Белая лебеда
Шрифт:
Однажды среди ночи приехали к нам какие-то люди в кожанках и арестовали Григория. Оказывается, на «Горянке» в ту ночь оборвалась клеть и погибли трое шахтеров. Григория обвинили в халатности и приклеили ярлык — «враг народа». Но во время следствия Григорий попросил разрешение взглянуть на оборванный канат. Принесли канат и обнаружили на нем следы топора. Вскоре на шахте арестовали начальника участка из «бывших». Григория отпустили, и он вернулся на шахту. Анна чуть не померла от переживаний, да и все мы были расстроены.
Да, Григорий не забывал нас и когда жил на казенной квартире,
Этот Жора, халтуривший на полуторке направо и налево, довольно быстро построил дом под железной крышей с верандой и подвалом.
Когда полуторка профырчала за окном, мама сказала, что приезжал Гриша.
— Что же он в дом не зашел?
Мама тихо сказала про муку и сало. Насупившись, отец долго смотрел в темноту за окном. Надев очки в железной оправе, присел к столу, допоздна читал газету, шевеля губами.
— А в дом не зашел, — сказал отец перед сном. — На глаза совестно показаться?
Утром мы ели картошку с черным хлебом и запивали чаем без сахара. Мама утирала глаза платком и вздыхала.
— Ну что, что? — сердился отец. — Рази не видишь, куда Гришка катится? Сколь ему говорил, чтоб в шею этого Жорку? А теперь вон какие делишки? Не днем, а вечером привез! Поняла, неграмотная женщина?
Отец надел белую рубаху и пошел на шахту. Вечером прикатил Жорка и, остерегаясь отца, который недобро поглядывал на шофера, быстро погрузил на полуторку мешок и ящик. Он уже закрыл борт и собирался вскочить в кабину, но отец быстро подошел и схватил его за плечо, повернул к себе.
— Ты вот что, Жорка… С шахты уходи — раз! И чтоб я тебя больше не видел в поселке — два! Ты меня знаешь… Проверим, откуда деньги взял на дом…
Вскоре и произошел случай, который запомнился мне на всю жизнь. С неожиданной стороны взглянул я на своего отца и Григория. А у них, оказывается, вон какие заботы и терзания…
Они сидели на лавке под окном, а я на веранде решал задачи по арифметике. У меня так бывает. И знаю же, что нехорошо подслушивать, нужно уйти, но любопытство берет верх.
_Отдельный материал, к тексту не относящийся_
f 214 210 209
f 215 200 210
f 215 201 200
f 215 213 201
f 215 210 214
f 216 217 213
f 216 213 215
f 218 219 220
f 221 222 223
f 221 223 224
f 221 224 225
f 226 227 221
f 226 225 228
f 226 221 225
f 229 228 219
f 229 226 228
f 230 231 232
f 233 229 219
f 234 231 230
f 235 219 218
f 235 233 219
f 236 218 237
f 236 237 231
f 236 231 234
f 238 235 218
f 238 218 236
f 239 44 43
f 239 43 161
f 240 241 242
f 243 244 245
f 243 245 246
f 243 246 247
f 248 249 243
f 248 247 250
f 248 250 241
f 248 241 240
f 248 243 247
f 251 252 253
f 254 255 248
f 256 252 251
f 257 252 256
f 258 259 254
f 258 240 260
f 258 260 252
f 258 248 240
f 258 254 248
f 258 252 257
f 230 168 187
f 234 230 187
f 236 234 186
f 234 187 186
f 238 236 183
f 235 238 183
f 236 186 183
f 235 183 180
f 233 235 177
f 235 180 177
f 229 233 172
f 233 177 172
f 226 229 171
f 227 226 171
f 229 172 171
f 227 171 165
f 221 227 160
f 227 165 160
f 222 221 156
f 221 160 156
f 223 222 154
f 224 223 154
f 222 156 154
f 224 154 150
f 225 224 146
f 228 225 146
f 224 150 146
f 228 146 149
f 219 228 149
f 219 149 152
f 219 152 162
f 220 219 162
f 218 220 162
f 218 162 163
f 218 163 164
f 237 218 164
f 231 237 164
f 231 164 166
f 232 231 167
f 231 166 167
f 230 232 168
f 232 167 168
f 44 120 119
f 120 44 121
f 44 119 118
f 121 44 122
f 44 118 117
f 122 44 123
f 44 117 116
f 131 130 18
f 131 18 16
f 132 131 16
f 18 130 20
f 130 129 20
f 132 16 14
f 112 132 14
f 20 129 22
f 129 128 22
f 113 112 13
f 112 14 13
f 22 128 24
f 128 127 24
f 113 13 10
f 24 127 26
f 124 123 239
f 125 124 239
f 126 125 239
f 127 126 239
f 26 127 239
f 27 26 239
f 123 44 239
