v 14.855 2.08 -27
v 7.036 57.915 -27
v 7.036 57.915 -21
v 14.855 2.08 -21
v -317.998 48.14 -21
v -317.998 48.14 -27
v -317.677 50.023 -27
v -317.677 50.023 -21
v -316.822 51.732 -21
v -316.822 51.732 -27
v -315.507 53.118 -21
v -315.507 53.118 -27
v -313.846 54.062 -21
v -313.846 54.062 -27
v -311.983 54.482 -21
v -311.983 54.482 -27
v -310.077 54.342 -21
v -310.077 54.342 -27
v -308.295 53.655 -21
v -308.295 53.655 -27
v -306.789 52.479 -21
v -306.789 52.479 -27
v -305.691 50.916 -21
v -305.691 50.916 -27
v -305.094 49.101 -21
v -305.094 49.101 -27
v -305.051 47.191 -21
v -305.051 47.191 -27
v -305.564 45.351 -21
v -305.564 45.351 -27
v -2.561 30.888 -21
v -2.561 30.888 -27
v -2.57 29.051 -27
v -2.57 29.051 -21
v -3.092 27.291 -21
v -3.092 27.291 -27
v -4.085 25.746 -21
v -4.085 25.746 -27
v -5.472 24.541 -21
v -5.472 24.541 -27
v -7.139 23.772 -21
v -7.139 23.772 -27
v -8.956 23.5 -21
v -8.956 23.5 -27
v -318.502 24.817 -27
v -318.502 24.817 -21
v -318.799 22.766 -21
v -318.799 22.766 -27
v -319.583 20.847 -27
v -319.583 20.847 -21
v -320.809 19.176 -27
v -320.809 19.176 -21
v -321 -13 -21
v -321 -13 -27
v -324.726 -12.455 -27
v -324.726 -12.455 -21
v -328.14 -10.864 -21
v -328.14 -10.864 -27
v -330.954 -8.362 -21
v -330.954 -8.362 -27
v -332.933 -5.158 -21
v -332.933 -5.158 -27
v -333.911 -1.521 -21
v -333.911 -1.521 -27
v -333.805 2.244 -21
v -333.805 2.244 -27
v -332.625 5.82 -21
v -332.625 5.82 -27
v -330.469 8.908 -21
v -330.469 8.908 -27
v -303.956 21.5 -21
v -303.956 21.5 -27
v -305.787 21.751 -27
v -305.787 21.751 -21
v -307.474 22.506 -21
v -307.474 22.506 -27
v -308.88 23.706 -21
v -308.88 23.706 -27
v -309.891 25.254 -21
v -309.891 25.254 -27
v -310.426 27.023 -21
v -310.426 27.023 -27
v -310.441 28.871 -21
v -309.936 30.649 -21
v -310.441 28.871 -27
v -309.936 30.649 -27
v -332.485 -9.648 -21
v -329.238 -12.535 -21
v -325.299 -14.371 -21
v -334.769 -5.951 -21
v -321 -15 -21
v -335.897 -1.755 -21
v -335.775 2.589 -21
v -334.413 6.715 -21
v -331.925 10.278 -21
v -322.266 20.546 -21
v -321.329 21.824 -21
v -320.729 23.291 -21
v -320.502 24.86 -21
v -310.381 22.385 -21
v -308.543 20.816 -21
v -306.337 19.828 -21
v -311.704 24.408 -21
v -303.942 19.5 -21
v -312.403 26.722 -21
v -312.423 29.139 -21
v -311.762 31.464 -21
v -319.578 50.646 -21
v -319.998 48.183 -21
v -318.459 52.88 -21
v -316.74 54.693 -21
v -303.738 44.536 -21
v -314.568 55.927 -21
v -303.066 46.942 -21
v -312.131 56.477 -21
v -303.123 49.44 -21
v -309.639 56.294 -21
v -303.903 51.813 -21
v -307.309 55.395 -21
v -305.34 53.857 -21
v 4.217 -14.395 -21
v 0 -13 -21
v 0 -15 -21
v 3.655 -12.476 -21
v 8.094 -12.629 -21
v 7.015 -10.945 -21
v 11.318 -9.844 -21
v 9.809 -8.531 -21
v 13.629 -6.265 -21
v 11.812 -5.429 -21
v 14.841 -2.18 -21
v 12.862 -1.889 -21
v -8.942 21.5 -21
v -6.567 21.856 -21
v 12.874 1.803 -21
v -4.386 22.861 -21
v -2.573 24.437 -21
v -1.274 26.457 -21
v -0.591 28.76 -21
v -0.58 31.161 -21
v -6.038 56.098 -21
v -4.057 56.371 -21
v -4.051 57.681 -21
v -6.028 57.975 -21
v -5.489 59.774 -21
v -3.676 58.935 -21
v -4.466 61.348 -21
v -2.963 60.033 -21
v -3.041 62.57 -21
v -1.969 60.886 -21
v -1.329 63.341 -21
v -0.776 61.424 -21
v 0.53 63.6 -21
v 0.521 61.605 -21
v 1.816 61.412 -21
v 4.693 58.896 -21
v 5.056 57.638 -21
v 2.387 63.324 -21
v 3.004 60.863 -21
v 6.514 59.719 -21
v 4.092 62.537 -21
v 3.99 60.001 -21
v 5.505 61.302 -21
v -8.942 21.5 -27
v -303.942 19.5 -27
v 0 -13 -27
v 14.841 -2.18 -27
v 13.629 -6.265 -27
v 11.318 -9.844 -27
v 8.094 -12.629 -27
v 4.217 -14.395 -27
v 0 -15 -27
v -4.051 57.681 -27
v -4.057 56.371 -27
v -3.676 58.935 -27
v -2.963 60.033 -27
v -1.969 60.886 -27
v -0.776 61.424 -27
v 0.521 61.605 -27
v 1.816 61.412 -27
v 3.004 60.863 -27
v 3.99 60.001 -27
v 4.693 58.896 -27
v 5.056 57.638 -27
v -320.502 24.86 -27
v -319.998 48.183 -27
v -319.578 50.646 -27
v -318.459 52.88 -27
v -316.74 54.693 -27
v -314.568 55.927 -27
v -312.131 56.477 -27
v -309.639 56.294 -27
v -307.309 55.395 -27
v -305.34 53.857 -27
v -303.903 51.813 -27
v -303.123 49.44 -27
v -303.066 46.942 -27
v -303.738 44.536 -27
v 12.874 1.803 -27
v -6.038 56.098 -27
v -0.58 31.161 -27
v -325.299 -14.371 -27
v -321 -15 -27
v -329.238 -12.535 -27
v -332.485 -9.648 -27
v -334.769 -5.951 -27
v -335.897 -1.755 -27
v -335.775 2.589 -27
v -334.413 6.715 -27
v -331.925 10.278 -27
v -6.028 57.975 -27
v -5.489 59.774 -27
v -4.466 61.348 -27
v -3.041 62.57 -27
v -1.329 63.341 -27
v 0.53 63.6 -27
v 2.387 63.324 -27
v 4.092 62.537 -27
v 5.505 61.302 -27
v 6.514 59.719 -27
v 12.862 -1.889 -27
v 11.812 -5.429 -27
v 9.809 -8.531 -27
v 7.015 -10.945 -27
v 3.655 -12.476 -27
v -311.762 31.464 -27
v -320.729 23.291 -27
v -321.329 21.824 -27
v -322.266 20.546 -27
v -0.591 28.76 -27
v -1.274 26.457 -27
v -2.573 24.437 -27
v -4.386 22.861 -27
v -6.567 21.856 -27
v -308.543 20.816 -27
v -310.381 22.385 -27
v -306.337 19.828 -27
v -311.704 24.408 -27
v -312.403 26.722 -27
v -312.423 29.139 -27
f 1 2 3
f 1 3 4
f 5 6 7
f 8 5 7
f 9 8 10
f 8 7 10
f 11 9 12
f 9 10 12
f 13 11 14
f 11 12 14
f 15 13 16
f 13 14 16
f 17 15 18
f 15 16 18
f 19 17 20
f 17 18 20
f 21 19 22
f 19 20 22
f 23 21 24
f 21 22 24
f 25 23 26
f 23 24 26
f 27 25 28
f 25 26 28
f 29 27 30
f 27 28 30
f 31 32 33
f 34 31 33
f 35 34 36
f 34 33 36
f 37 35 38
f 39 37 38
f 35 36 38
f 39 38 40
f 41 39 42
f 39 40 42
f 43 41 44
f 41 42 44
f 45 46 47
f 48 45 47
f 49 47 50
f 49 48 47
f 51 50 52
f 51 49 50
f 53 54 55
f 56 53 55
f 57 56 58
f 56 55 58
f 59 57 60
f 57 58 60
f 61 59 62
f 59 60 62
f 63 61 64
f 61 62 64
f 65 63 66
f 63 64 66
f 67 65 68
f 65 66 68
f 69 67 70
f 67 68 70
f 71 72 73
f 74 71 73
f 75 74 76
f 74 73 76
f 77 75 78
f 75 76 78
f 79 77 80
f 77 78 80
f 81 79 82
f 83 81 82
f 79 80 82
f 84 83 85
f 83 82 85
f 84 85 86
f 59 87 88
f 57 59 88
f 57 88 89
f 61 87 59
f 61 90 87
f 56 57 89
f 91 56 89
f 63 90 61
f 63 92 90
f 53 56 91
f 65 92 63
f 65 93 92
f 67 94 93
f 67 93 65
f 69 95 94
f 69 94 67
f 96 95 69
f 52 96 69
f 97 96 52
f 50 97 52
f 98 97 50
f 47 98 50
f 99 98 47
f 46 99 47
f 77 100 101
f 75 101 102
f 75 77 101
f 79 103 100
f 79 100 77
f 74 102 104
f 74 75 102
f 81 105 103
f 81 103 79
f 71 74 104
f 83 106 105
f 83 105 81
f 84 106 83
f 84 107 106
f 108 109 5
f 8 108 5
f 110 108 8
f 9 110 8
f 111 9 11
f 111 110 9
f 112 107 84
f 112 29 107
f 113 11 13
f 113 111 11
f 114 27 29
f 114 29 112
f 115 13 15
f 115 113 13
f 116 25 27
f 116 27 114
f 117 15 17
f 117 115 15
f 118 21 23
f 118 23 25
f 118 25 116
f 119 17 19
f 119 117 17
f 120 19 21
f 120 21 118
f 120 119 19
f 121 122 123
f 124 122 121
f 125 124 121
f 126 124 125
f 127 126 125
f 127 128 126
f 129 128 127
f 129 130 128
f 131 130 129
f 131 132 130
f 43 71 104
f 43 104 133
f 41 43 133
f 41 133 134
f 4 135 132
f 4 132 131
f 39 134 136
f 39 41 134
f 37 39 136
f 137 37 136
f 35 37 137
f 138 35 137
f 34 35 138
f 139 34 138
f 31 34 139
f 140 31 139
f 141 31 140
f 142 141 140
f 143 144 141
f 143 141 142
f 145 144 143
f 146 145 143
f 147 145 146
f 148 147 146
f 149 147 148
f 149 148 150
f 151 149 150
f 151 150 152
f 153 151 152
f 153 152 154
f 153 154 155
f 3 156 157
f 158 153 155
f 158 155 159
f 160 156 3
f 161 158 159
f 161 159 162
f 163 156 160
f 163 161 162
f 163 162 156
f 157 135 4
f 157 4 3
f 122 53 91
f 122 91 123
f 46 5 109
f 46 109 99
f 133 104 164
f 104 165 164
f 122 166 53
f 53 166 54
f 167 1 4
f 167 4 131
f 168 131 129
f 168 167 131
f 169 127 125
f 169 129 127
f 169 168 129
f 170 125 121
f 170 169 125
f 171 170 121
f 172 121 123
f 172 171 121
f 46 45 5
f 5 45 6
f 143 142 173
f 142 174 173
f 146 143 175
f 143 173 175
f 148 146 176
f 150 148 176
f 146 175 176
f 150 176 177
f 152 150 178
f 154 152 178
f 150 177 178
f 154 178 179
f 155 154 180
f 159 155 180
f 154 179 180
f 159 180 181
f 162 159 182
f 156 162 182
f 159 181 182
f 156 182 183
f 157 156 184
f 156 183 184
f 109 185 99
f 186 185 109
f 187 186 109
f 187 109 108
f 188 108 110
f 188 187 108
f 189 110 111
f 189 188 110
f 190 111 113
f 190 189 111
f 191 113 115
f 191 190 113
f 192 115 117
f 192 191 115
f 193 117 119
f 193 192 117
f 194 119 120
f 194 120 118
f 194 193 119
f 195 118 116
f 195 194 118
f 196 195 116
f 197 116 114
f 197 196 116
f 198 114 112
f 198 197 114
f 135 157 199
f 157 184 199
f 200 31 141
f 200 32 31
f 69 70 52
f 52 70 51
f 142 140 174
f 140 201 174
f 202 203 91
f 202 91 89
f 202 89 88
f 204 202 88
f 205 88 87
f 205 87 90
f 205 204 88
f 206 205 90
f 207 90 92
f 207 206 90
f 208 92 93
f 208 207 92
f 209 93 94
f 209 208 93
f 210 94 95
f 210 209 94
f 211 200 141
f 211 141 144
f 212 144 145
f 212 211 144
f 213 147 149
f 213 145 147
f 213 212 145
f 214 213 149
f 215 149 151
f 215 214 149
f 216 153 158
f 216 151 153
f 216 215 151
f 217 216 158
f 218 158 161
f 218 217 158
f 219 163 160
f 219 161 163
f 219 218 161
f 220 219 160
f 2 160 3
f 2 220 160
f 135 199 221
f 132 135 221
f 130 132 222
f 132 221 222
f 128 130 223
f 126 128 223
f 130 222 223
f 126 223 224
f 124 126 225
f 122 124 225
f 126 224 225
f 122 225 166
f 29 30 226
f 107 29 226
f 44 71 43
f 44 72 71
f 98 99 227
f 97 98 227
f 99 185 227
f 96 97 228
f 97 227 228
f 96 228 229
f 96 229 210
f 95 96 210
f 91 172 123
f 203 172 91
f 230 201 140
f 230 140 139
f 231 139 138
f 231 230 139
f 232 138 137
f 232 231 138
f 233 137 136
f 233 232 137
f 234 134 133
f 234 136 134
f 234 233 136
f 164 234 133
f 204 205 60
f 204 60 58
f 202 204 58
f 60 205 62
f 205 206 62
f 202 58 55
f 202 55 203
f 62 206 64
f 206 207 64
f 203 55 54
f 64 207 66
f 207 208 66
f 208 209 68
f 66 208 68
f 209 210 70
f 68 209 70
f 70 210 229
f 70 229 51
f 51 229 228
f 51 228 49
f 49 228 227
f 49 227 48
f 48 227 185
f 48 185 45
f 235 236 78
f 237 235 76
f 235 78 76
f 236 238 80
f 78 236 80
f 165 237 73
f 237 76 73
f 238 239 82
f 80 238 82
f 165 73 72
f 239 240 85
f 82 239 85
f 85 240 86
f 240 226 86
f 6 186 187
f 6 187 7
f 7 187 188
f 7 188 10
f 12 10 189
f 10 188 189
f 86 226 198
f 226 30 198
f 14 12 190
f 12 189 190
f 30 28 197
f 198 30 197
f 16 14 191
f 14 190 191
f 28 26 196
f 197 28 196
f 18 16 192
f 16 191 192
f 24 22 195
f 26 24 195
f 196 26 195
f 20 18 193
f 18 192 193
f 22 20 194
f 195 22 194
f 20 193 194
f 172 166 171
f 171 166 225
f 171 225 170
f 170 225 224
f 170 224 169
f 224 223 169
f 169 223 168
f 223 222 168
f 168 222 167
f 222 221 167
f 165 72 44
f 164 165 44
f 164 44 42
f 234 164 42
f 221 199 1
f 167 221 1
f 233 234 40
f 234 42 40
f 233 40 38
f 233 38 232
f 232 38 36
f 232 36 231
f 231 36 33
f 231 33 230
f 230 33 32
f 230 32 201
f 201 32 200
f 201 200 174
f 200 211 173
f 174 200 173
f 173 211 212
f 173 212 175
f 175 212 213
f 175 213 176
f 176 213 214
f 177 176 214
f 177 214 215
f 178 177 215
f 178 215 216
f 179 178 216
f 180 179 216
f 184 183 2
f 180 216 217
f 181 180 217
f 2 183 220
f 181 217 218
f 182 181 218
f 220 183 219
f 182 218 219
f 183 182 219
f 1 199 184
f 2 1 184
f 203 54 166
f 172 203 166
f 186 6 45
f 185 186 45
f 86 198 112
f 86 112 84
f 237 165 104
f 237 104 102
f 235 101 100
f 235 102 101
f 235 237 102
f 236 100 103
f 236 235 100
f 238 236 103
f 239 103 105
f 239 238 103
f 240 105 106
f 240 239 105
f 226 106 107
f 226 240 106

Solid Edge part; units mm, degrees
sketch "Sketch1" plane through (0, 0, -27) normal (0, 0, 1) x (1, 0, 0)
  arc A0 (-321, -13) -> (-330.4687, 8.9075) centre (-321, 0) cw
  line L0 (-330.4687, 8.9075) -> (-320.8089, 19.1759)
  arc A1 (-320.8089, 19.1759) -> (-318.502, 24.8166) centre (-327, 25) ccw
  line L1 (-318.502, 24.8166) -> (-317.9985, 48.1403)
  arc A2 (-317.9985, 48.1403) -> (-305.5643, 45.3509) centre (-311.5, 48) cw
  line L2 (-305.5643, 45.3509) -> (-311.762, 31.4642)
  arc A3 (-311.762, 31.4642) -> (-303.9422, 19.5002) centre (-304, 28) ccw
  line L3 (-303.9422, 19.5002) -> (-8.9422, 21.5002)
  arc A4 (-8.9422, 21.5002) -> (-0.5797, 31.1614) centre (-9, 30) ccw
  line L4 (-0.5797, 31.1614) -> (-4.0569, 56.3715)
  arc A5 (-4.0569, 56.3715) -> (5.0556, 57.6379) centre (0.4993, 57.0047) cw
  line L5 (5.0556, 57.6379) -> (12.8744, 1.8029)
  arc A6 (12.8744, 1.8029) -> (0, -13) centre (0, 0) cw
  line L6 (0, -13) -> (-321, -13)
  line L7 (-322.2657, 20.5462) -> (-331.9254, 10.2779)
  line L8 (-320.5015, 24.8597) -> (-319.998, 48.1834)
  line L9 (-303.738, 44.5358) -> (-309.9357, 30.6491)
  line L10 (-303.9558, 21.5002) -> (-8.9559, 23.5001)
  line L11 (-2.561, 30.8881) -> (-6.0381, 56.0982)
  line L12 (7.0362, 57.9153) -> (14.8551, 2.0802)
  line L13 (0, -15) -> (-321, -15)
  arc A7 (-321, -15) -> (-331.9254, 10.2779) centre (-321, 0) cw
  arc A8 (-320.5015, 24.8597) -> (-322.2657, 20.5462) centre (-327, 25) cw
  arc A9 (-319.998, 48.1834) -> (-303.738, 44.5358) centre (-311.5, 48) cw
  arc A10 (-303.9558, 21.5002) -> (-309.9357, 30.6491) centre (-304, 28) cw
Однажды я с замиранием слушал объяснение в любви Володи той самой дамочке, за которую мама все время ему выговаривала: «Брошенку, стервец, нашел! Мало тебе девчат? Вон сохнут под окнами! Ить девушку возьмешь — будешь жить, как ты хочешь, даму возьмешь — как она хочет, а брошенка и тебя бросит…»
— Промашка получилась, — внезапно услышал я голос Григория и будто увидел его конфузливо сморщенный нос и как он, оттопырив губу, пальцем тер переносицу. — Думал семье помочь. Жорка выпросил машину в станицу съездить, уголь поменять на муку.. Я ему свой чек отдал.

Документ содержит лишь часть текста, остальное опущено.